My awesome baby-daddy doing some serious puddle jumping with the boys on  Mother's day.
  1. The freedom to be silly
    We adults tend to worry a bit too much about what other people think.  Kids, especially young ones, don't really care.  Not so great when they bust out a full blown tantrum in line at the grocery store (candy at the checkout should be illegal), but pretty fabulous when it comes to their imagination and playfulness and some of this rubs off on us adults.  I've seen some really awesome dads playing various roles during rousing games of princess, moms pretending to be evil villains so their miniature super heroes can defeat them, puddle jumping, hill rolling, bad-basketball-playing, mud fighting, and everything in between.  You never have to worry about looking foolish because you're doing it for your kids (and you know you're having a blast), so go on and be silly.
  2. The freedom to be frumpy
    Don't get me wrong, I love dressing up and looking my best, but parenthood does not lend itself to that everyday.  I know some mamas will disagree and say that you should look your best everyday, but that's just not for me.  Some days I like to steal those extra minutes of sleep, role out of bed and into a full blown kid-centered day.  And I'm pretty confident that when I roll into the grocery store corralling my three kiddos with my hair looking a bit too greasy shiny, not-so-slight circles under my eyes, and more than one spit up, paint or obvious food stain on my clothing ain't nobody gonna say nothin.  And I like it that way because for me that's real.
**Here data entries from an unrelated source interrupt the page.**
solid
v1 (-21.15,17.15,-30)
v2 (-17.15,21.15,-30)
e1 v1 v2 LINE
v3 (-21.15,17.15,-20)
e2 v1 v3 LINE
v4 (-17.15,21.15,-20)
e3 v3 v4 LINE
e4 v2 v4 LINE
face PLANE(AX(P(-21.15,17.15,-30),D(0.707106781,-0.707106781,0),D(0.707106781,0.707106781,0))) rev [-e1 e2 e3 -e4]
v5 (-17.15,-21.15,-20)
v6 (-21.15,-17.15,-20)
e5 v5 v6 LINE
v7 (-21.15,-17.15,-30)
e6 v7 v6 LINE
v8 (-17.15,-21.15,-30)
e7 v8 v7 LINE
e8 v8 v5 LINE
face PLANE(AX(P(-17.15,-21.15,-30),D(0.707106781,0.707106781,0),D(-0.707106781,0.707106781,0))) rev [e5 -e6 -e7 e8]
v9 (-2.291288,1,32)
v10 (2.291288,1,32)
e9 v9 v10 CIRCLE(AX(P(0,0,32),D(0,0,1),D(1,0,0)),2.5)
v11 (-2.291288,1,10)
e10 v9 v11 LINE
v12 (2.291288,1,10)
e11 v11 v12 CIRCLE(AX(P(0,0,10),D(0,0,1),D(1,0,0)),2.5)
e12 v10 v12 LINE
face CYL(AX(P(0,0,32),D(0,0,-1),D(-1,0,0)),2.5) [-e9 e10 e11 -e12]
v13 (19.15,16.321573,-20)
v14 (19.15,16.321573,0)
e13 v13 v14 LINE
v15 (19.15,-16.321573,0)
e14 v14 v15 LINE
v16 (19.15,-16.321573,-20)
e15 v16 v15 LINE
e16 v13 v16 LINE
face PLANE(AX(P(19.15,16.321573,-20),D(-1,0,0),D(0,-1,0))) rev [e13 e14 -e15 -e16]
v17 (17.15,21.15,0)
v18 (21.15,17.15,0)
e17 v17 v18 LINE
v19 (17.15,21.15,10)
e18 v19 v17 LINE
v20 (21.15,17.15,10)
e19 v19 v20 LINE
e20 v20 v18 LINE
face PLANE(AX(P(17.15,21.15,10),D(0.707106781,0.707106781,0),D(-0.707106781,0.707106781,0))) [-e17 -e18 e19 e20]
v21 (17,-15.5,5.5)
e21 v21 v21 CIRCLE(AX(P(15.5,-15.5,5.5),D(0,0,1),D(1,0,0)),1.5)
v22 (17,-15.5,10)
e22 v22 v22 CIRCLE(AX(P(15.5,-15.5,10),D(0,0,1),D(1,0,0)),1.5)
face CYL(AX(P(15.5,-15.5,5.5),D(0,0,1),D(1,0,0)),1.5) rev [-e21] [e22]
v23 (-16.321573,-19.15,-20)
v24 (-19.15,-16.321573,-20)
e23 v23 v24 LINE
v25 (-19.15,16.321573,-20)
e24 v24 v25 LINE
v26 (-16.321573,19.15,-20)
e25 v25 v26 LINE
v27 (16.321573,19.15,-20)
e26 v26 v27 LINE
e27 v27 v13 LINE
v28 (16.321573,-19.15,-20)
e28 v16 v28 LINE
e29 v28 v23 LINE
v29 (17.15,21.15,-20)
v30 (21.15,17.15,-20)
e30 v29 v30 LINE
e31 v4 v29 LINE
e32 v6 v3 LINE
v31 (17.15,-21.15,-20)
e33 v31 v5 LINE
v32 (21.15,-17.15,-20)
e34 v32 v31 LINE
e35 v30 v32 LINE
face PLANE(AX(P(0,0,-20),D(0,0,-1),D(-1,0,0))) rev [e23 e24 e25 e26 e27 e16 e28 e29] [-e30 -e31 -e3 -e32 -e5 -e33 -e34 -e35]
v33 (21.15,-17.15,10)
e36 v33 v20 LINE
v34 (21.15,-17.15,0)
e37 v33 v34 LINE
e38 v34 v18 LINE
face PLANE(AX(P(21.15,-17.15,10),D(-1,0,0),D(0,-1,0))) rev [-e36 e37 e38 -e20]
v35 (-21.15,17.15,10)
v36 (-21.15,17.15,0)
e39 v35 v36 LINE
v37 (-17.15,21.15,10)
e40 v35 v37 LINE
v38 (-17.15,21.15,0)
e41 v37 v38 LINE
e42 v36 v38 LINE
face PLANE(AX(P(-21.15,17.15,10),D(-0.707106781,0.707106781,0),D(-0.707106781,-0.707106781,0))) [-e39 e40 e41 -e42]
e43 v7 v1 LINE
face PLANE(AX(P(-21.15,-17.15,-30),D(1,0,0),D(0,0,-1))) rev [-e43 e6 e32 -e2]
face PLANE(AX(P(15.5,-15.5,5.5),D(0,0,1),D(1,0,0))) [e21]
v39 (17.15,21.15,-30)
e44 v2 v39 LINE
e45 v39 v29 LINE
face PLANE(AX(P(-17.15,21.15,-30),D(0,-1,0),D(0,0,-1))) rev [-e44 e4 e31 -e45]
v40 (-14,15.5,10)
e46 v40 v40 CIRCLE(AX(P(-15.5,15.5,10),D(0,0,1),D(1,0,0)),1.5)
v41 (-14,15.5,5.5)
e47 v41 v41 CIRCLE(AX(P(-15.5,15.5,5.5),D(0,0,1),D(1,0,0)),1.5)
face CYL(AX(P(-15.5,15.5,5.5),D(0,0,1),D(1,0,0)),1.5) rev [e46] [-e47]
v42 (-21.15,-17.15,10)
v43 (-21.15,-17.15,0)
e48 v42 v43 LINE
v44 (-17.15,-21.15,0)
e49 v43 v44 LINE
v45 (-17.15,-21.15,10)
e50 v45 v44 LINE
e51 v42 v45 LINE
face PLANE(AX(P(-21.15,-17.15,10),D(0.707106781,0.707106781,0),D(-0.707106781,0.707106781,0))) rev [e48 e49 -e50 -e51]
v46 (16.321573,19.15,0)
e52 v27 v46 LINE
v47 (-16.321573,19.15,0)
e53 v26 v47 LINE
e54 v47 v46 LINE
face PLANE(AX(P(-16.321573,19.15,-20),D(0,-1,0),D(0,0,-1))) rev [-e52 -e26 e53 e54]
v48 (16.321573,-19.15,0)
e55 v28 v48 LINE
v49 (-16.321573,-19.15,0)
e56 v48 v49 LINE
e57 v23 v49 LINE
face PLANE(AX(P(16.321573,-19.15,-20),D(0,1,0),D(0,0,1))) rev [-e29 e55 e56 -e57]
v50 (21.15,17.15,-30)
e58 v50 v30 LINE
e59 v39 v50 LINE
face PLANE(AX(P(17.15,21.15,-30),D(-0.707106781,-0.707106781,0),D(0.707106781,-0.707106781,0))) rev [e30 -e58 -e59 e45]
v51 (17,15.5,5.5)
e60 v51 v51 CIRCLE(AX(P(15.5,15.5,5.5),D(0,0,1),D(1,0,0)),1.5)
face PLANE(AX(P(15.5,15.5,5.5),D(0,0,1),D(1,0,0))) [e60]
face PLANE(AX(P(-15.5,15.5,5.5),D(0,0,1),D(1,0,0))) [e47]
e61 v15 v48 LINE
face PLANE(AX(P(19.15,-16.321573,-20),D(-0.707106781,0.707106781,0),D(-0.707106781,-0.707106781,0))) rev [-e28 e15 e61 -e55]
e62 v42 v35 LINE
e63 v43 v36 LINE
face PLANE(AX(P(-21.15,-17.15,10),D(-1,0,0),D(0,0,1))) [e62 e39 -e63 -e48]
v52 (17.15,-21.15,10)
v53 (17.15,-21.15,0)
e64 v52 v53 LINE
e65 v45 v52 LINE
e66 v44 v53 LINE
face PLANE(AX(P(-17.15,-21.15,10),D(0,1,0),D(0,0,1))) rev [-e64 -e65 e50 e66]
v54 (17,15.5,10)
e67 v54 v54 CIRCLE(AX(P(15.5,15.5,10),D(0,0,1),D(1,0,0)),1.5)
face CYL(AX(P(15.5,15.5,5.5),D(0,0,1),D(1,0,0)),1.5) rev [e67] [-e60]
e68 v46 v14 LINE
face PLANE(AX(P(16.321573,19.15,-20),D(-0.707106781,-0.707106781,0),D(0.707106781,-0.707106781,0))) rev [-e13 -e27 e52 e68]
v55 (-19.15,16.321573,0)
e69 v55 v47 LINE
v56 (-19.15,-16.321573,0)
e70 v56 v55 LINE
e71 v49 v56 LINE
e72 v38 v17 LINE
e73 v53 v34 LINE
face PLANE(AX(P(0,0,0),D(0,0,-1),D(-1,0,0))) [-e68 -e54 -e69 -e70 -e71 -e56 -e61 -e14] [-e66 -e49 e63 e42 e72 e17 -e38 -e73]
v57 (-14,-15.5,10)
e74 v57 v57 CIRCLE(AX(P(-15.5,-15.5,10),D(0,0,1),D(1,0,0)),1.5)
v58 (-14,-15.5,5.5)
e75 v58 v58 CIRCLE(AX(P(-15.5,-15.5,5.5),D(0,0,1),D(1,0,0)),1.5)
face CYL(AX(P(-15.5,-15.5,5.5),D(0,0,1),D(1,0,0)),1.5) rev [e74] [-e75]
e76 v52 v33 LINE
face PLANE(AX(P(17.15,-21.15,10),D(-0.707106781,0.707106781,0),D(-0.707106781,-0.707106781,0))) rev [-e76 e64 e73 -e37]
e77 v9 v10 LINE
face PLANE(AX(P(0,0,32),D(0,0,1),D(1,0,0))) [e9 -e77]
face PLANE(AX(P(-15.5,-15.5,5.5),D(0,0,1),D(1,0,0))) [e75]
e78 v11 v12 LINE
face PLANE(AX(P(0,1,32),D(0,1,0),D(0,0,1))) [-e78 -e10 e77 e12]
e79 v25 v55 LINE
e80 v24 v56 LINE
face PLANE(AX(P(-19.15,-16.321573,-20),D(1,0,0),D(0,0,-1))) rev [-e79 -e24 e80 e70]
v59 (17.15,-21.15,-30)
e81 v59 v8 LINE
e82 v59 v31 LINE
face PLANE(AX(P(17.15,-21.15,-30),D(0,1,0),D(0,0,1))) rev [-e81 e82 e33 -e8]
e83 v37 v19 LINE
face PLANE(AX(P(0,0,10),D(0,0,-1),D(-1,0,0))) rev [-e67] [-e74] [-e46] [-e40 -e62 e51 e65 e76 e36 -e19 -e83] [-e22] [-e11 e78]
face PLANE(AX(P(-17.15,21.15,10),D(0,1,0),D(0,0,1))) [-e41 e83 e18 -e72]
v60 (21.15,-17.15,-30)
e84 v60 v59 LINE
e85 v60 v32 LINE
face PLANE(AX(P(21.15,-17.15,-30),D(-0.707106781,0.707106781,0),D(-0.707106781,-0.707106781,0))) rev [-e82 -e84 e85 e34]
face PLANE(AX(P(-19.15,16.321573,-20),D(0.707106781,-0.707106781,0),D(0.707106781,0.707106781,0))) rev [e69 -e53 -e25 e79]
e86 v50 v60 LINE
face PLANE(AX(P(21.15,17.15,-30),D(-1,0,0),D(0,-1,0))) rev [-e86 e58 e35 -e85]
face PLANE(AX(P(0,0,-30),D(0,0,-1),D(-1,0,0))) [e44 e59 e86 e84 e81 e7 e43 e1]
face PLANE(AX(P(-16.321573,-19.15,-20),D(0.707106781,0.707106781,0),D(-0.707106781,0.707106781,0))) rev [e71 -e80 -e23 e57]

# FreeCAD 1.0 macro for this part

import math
import FreeCAD as App
import Part
import Sketcher


def add_polygon(sketch, points):
    """Adds a closed chain of lines whose ends are joined by coincident constraints."""
    first, n = sketch.GeometryCount, len(points)
    for a, b in zip(points, points[1:] + points[:1]):
        sketch.addGeometry(Part.LineSegment(App.Vector(*a, 0), App.Vector(*b, 0)), False)
    for i in range(n):
        sketch.addConstraint(Sketcher.Constraint("Coincident", first + i, 2, first + (i + 1) % n, 1))

doc = App.newDocument("Part")
body = doc.addObject("PartDesign::Body", "Body")

# Sketch on XY plane
sketch1 = body.newObject("Sketcher::SketchObject", "Sketch")
sketch1.AttachmentSupport = (doc.getObject("XY_Plane"), [""])
sketch1.MapMode = "FlatFace"
add_polygon(sketch1, [(-17, 21), (-21, 17), (-21, -17), (-17, -21), (17, -21), (21, -17), (21, 17), (17, 21)])  # lines 0-7
sketch1.addConstraint(Sketcher.Constraint("Vertical", 1))
sketch1.addConstraint(Sketcher.Constraint("Horizontal", 3))
sketch1.addConstraint(Sketcher.Constraint("Vertical", 5))
sketch1.addConstraint(Sketcher.Constraint("Horizontal", 7))
sketch1.addConstraint(Sketcher.Constraint("Symmetric", 0, 2, 4, 2, -1, 1))
sketch1.addConstraint(Sketcher.Constraint("Symmetric", 2, 2, 6, 2, -1, 1))
sketch1.addConstraint(Sketcher.Constraint("Perpendicular", 0, 2))
sketch1.addConstraint(Sketcher.Constraint("Perpendicular", 2, 4))
sketch1.addConstraint(Sketcher.Constraint("Perpendicular", 4, 6))
sketch1.addConstraint(Sketcher.Constraint("Horizontal", 1, 2, 4, 2))
sketch1.addConstraint(Sketcher.Constraint("Vertical", 3, 2, 6, 2))
sketch1.addConstraint(Sketcher.Constraint("Equal", 7, 1))
sketch1.addConstraint(Sketcher.Constraint("DistanceX", 3, 1, 3, 2, 34.3))
sketch1.addConstraint(Sketcher.Constraint("DistanceX", 1, 2, 2, 2, 4.0))
pad1 = body.newObject("PartDesign::Pad", "Pad")
pad1.Profile = sketch1
pad1.Length = 10

# Sketch on XY plane
sketch2 = body.newObject("Sketcher::SketchObject", "Sketch001")
sketch2.AttachmentSupport = (doc.getObject("XY_Plane"), [""])
sketch2.MapMode = "FlatFace"
add_polygon(sketch2, [(-19.1, 16.3), (-16.3, 19.1), (16.3, 19.1), (19.1, 16.3), (19.1, -16.3), (16.3, -19.1), (-16.3, -19.1), (-19.1, -16.3)])  # lines 0-7
sketch2.addConstraint(Sketcher.Constraint("Horizontal", 1))
sketch2.addConstraint(Sketcher.Constraint("Vertical", 3))
sketch2.addConstraint(Sketcher.Constraint("Horizontal", 5))
sketch2.addConstraint(Sketcher.Constraint("Vertical", 7))
sketch2.addConstraint(Sketcher.Constraint("Symmetric", 0, 2, 4, 2, -1, 1))
sketch2.addConstraint(Sketcher.Constraint("Symmetric", 2, 2, 6, 2, -1, 1))
sketch2.addConstraint(Sketcher.Constraint("Perpendicular", 0, 2))
sketch2.addConstraint(Sketcher.Constraint("Perpendicular", 2, 4))
sketch2.addConstraint(Sketcher.Constraint("Perpendicular", 4, 6))
sketch2.addConstraint(Sketcher.Constraint("Horizontal", 3, 2, 6, 2))
sketch2.addConstraint(Sketcher.Constraint("Vertical", 1, 2, 4, 2))
sketch2.addConstraint(Sketcher.Constraint("Equal", 5, 3))
sketch2.addConstraint(Sketcher.Constraint("Distance", 0, 4.0))
sketch2.addConstraint(Sketcher.Constraint("DistanceY", 4, 2, 1, 2, 38.3))
pad2 = body.newObject("PartDesign::Pad", "Pad001")
pad2.Profile = sketch2
pad2.Length = 20
pad2.Reversed = True

# Sketch on XY plane
sketch3 = body.newObject("Sketcher::SketchObject", "Sketch002")
sketch3.AttachmentSupport = (doc.getObject("XY_Plane"), [""])
sketch3.MapMode = "FlatFace"
sketch3.AttachmentOffset = App.Placement(App.Vector(0, 0, -20), App.Rotation())
add_polygon(sketch3, [(-21, 17), (-17, 21), (17, 21), (21, 17), (21, -17), (17, -21), (-17, -21), (-21, -17)])  # lines 0-7
sketch3.addConstraint(Sketcher.Constraint("Horizontal", 1))
sketch3.addConstraint(Sketcher.Constraint("Vertical", 3))
sketch3.addConstraint(Sketcher.Constraint("Horizontal", 5))
sketch3.addConstraint(Sketcher.Constraint("Vertical", 7))
sketch3.addConstraint(Sketcher.Constraint("Symmetric", 0, 2, 4, 2, -1, 1))
sketch3.addConstraint(Sketcher.Constraint("Symmetric", 2, 2, 6, 2, -1, 1))
sketch3.addConstraint(Sketcher.Constraint("Perpendicular", 0, 2))
sketch3.addConstraint(Sketcher.Constraint("Perpendicular", 2, 4))
sketch3.addConstraint(Sketcher.Constraint("Perpendicular", 4, 6))
sketch3.addConstraint(Sketcher.Constraint("Horizontal", 3, 2, 6, 2))
sketch3.addConstraint(Sketcher.Constraint("Vertical", 1, 2, 4, 2))
sketch3.addConstraint(Sketcher.Constraint("Equal", 5, 3))
sketch3.addConstraint(Sketcher.Constraint("DistanceX", 1, 1, 1, 2, 34.3))
sketch3.addConstraint(Sketcher.Constraint("DistanceX", 1, 2, 2, 2, 4.0))
pad3 = body.newObject("PartDesign::Pad", "Pad002")
pad3.Profile = sketch3
pad3.Length = 10
pad3.Reversed = True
  3. The freedom to see things through the eyes of a child
    In the time between being a kid and having kids how many times did you stop to watch a deer by the side of the road or watch the ripples when you threw a rock into the water?  How many times did you strike up a conversation with the garbage man because his truck and his job are fascinating?  Or try for hours to catch minnows in a stream?  Everyday I see things in a different, more colorful and more beautiful way because of my children and I am so grateful.
  4. The freedom to be a big dork
    Remember in high school when you would purposefully not wear pink on Valentine's Day or orange on Halloween or red, white or blue on the fourth of July?  Well, I do.  And now I stress just a little if I don't have something festive to wear.  For Valentine's Day this year I made my own heart sweater from this super simple tutorial.  For real, I didn't just wear pink or red I rocked a homemade heart sweater (sweater itself was from Goodwill, but I DIYed the heart).  And I got lots of compliments from other moms, my kids loved it, and so did I.  For St. Patrick's Day I upcycled a too tight green tank top (see picture below) by adding some shamrock print to the sides and bottom and you better believe I wore it in public.  It's fun to get just a little too into the holidays and right now my kids think it's great.
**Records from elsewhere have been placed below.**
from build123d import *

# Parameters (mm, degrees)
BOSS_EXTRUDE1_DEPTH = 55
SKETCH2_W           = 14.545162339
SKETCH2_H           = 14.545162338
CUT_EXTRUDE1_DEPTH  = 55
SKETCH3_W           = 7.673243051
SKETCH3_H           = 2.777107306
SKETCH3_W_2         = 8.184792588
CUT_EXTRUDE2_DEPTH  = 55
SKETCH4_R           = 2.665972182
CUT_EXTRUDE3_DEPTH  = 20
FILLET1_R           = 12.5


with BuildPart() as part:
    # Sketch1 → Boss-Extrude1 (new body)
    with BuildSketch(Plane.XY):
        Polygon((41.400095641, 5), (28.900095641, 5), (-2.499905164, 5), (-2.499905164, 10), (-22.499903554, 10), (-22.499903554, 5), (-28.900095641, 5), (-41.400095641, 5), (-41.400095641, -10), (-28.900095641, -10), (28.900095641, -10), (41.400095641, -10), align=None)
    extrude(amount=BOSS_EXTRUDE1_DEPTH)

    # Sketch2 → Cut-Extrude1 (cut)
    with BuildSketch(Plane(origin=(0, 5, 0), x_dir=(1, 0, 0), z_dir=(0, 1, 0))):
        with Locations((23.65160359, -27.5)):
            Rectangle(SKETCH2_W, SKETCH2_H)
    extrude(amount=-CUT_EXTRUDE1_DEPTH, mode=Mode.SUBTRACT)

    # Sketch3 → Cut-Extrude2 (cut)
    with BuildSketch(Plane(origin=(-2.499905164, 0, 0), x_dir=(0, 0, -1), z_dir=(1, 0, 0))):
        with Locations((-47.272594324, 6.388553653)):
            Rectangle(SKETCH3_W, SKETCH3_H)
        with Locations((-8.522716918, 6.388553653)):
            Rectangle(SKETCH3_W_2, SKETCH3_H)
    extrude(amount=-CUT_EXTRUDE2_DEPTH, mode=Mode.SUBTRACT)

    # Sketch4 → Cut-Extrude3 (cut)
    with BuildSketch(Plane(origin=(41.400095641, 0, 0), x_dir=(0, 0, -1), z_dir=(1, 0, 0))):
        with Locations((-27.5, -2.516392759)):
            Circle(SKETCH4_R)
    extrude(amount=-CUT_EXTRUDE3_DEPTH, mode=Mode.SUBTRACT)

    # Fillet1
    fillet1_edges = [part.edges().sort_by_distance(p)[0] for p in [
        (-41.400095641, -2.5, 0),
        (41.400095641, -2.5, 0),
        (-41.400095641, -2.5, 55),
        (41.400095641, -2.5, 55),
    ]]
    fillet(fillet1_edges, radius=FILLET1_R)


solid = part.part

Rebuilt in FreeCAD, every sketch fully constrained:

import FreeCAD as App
import Part
import Sketcher
from FreeCAD import Vector


def edges_at(feature, points):
    """Names of the edges that pass closest to the given points."""
    edges = feature.Shape.Edges
    near = lambda p: min(range(len(edges)), key=lambda i: edges[i].distToShape(Part.Vertex(*p))[0])
    return sorted({f"Edge{near(p) + 1}" for p in points})

doc = App.newDocument("Part")
body = doc.addObject("PartDesign::Body", "Body")

# Sketch on XY plane
sketch1 = body.newObject("Sketcher::SketchObject", "Sketch")
sketch1.AttachmentSupport = (doc.getObject("XY_Plane"), [""])
sketch1.MapMode = "FlatFace"
sketch1.addGeometry([
    Part.LineSegment(Vector(41.400096, 5, 0), Vector(-2.499905, 5, 0)),  # 0
    Part.LineSegment(Vector(-2.499905, 5, 0), Vector(-2.499905, 10, 0)),  # 1
    Part.LineSegment(Vector(-2.499905, 10, 0), Vector(-22.499904, 10, 0)),  # 2
    Part.LineSegment(Vector(-22.499904, 10, 0), Vector(-22.499904, 5, 0)),  # 3
    Part.LineSegment(Vector(-22.499904, 5, 0), Vector(-41.400096, 5, 0)),  # 4
    Part.LineSegment(Vector(-41.400096, 5, 0), Vector(-41.400096, -10, 0)),  # 5
    Part.LineSegment(Vector(-41.400096, -10, 0), Vector(41.400096, -10, 0)),  # 6
    Part.LineSegment(Vector(41.400096, -10, 0), Vector(41.400096, 5, 0)),  # 7
], False)
sketch1.addConstraint([
    Sketcher.Constraint("Coincident", 0, 2, 1, 1),
    Sketcher.Constraint("Coincident", 1, 2, 2, 1),
    Sketcher.Constraint("Coincident", 2, 2, 3, 1),
    Sketcher.Constraint("Coincident", 3, 2, 4, 1),
    Sketcher.Constraint("Coincident", 4, 2, 5, 1),
    Sketcher.Constraint("Coincident", 5, 2, 6, 1),
    Sketcher.Constraint("Coincident", 6, 2, 7, 1),
    Sketcher.Constraint("Coincident", 7, 2, 0, 1),
    Sketcher.Constraint("Horizontal", 0),
    Sketcher.Constraint("Vertical", 1),
    Sketcher.Constraint("Horizontal", 2),
    Sketcher.Constraint("Vertical", 3),
    Sketcher.Constraint("Horizontal", 4),
    Sketcher.Constraint("Vertical", 5),
    Sketcher.Constraint("Horizontal", 6),
    Sketcher.Constraint("Vertical", 7),
    Sketcher.Constraint("Symmetric", 4, 2, 7, 2, -2),
    Sketcher.Constraint("DistanceX", 2, 2, 2, 1, 19.999998),
    Sketcher.Constraint("DistanceY", 1, 1, 1, 2, 5.0),
    Sketcher.Constraint("DistanceY", 5, 2, 5, 1, 15.0),
    Sketcher.Constraint("DistanceX", 0, 2, 0, 1, 43.900001),
    Sketcher.Constraint("DistanceY", -1, 1, 0, 2, 5.0),
    Sketcher.Constraint("DistanceX", 6, 1, 6, 2, 82.800191),
])
pad1 = body.newObject("PartDesign::Pad", "Pad")
pad1.Profile = sketch1
pad1.Length = 55

# Sketch on XZ plane
sketch2 = body.newObject("Sketcher::SketchObject", "Sketch001")
sketch2.AttachmentSupport = (doc.getObject("XZ_Plane"), [""])
sketch2.MapMode = "FlatFace"
sketch2.AttachmentOffset = App.Placement(Vector(0, 0, -5), App.Rotation())
sketch2.addGeometry([
    Part.LineSegment(Vector(16.379022, 20.227419, 0), Vector(16.379022, 34.772581, 0)),
    Part.LineSegment(Vector(16.379022, 34.772581, 0), Vector(30.924185, 34.772581, 0)),
    Part.LineSegment(Vector(30.924185, 34.772581, 0), Vector(30.924185, 20.227419, 0)),
    Part.LineSegment(Vector(30.924185, 20.227419, 0), Vector(16.379022, 20.227419, 0)),
], False)
sketch2.addConstraint([
    Sketcher.Constraint("Coincident", 0, 2, 1, 1),
    Sketcher.Constraint("Coincident", 1, 2, 2, 1),
    Sketcher.Constraint("Coincident", 2, 2, 3, 1),
    Sketcher.Constraint("Coincident", 3, 2, 0, 1),
    Sketcher.Constraint("Vertical", 0),
    Sketcher.Constraint("Horizontal", 1),
    Sketcher.Constraint("Vertical", 2),
    Sketcher.Constraint("Horizontal", 3),
    Sketcher.Constraint("Equal", 3, 0),
    Sketcher.Constraint("DistanceX", 1, 1, 1, 2, 14.545162),
    Sketcher.Constraint("DistanceY", -1, 1, 0, 2, 34.772581),
    Sketcher.Constraint("DistanceX", -1, 1, 0, 2, 16.379022),
])
pocket1 = body.newObject("PartDesign::Pocket", "Pocket")
pocket1.Profile = sketch2
pocket1.Length = 55
pocket1.Reversed = True

# Sketch on YZ plane
sketch3 = body.newObject("Sketcher::SketchObject", "Sketch002")
sketch3.AttachmentSupport = (doc.getObject("YZ_Plane"), [""])
sketch3.MapMode = "FlatFace"
sketch3.AttachmentOffset = App.Placement(Vector(0, 0, -2.499905), App.Rotation())
sketch3.addGeometry([
    Part.LineSegment(Vector(7.777107, 51.109216, 0), Vector(5, 51.109216, 0)),  # 0
    Part.LineSegment(Vector(5, 51.109216, 0), Vector(5, 43.435973, 0)),  # 1
    Part.LineSegment(Vector(5, 43.435973, 0), Vector(7.777107, 43.435973, 0)),  # 2
    Part.LineSegment(Vector(7.777107, 43.435973, 0), Vector(7.777107, 51.109216, 0)),  # 3
    Part.LineSegment(Vector(7.777107, 12.615113, 0), Vector(5, 12.615113, 0)),  # 4
    Part.LineSegment(Vector(5, 12.615113, 0), Vector(5, 4.430321, 0)),  # 5
    Part.LineSegment(Vector(5, 4.430321, 0), Vector(7.777107, 4.430321, 0)),  # 6
    Part.LineSegment(Vector(7.777107, 4.430321, 0), Vector(7.777107, 12.615113, 0)),  # 7
], False)
sketch3.addConstraint([
    Sketcher.Constraint("Coincident", 0, 2, 1, 1),
    Sketcher.Constraint("Coincident", 1, 2, 2, 1),
    Sketcher.Constraint("Coincident", 2, 2, 3, 1),
    Sketcher.Constraint("Coincident", 3, 2, 0, 1),
    Sketcher.Constraint("Coincident", 4, 2, 5, 1),
    Sketcher.Constraint("Coincident", 5, 2, 6, 1),
    Sketcher.Constraint("Coincident", 6, 2, 7, 1),
    Sketcher.Constraint("Coincident", 7, 2, 4, 1),
    Sketcher.Constraint("Horizontal", 0),
    Sketcher.Constraint("Vertical", 1),
    Sketcher.Constraint("Horizontal", 2),
    Sketcher.Constraint("Vertical", 3),
    Sketcher.Constraint("Horizontal", 4),
    Sketcher.Constraint("Vertical", 5),
    Sketcher.Constraint("Horizontal", 6),
    Sketcher.Constraint("Vertical", 7),
    Sketcher.Constraint("Vertical", 1, 2, 4, 2),
    Sketcher.Constraint("Vertical", 3, 2, 6, 2),
    Sketcher.Constraint("DistanceX", -1, 1, 0, 2, 5.0),
    Sketcher.Constraint("DistanceX", 0, 2, 0, 1, 2.777107),
    Sketcher.Constraint("DistanceY", 1, 2, 1, 1, 7.673243),
    Sketcher.Constraint("DistanceY", 5, 2, 5, 1, 8.184793),
    Sketcher.Constraint("DistanceY", -1, 1, 5, 2, 4.430321),
    Sketcher.Constraint("DistanceY", 4, 2, 1, 2, 30.82086),
])
pocket2 = body.newObject("PartDesign::Pocket", "Pocket001")
pocket2.Profile = sketch3
pocket2.Length = 55

# Sketch on YZ plane
sketch4 = body.newObject("Sketcher::SketchObject", "Sketch003")
sketch4.AttachmentSupport = (doc.getObject("YZ_Plane"), [""])
sketch4.MapMode = "FlatFace"
sketch4.AttachmentOffset = App.Placement(Vector(0, 0, 41.400096), App.Rotation())
sketch4.addGeometry(Part.Circle(Vector(-2.516393, 27.5, 0), Vector(0, 0, 1), 2.665972), False)
sketch4.addConstraint([
    Sketcher.Constraint("DistanceY", -1, 1, 0, 3, 27.5),
    Sketcher.Constraint("Diameter", 0, 5.331944),
    Sketcher.Constraint("DistanceX", 0, 3, -1, 1, 2.516393),
])
pocket3 = body.newObject("PartDesign::Pocket", "Pocket002")
pocket3.Profile = sketch4
pocket3.Length = 20
doc.recompute()

fillet = body.newObject("PartDesign::Fillet", "Fillet")
fillet.Base = (pocket3, edges_at(pocket3, [
    (-41.4, -2.5, 0),
    (41.4, -2.5, 0),
    (-41.4, -2.5, 55),
    (41.4, -2.5, 55),
]))
fillet.Radius = 12.5

doc.recompute()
  5. The freedom to be assertive
    I've never been the most assertive person, but now that I have kids I really don't have a choice.  I need to teach my kids to stand up for themselves so when there is a wrong we point it out, talk about it and try to make it right, if it's within our control.  It can be taking from others, cutting in line, or speaking up for those who can't speak for themselves.  I distinctly remember waiting in line at the gas station with my brother to buy a pack of gum.  We must have been about 8 and 6.  As we started to step up to the counter a man, more than old enough to know better, stepped right in front of us and began to checkout.  The cashier said nothing, but I remember her looking at us.  My mom must have walked through the door just in time to see it because she marched right up to him and said, "Excuse me. My children have been waiting patiently and you cut in front of them."  He grumbled, but moved out of the way.  I will never forget her standing up for us like that.  Of course, there are many more dramatic examples of her standing up for us - it's just what you do for your kids - but this example illustrates how even the smallest situations can have a big impact.  Thanks, Mom!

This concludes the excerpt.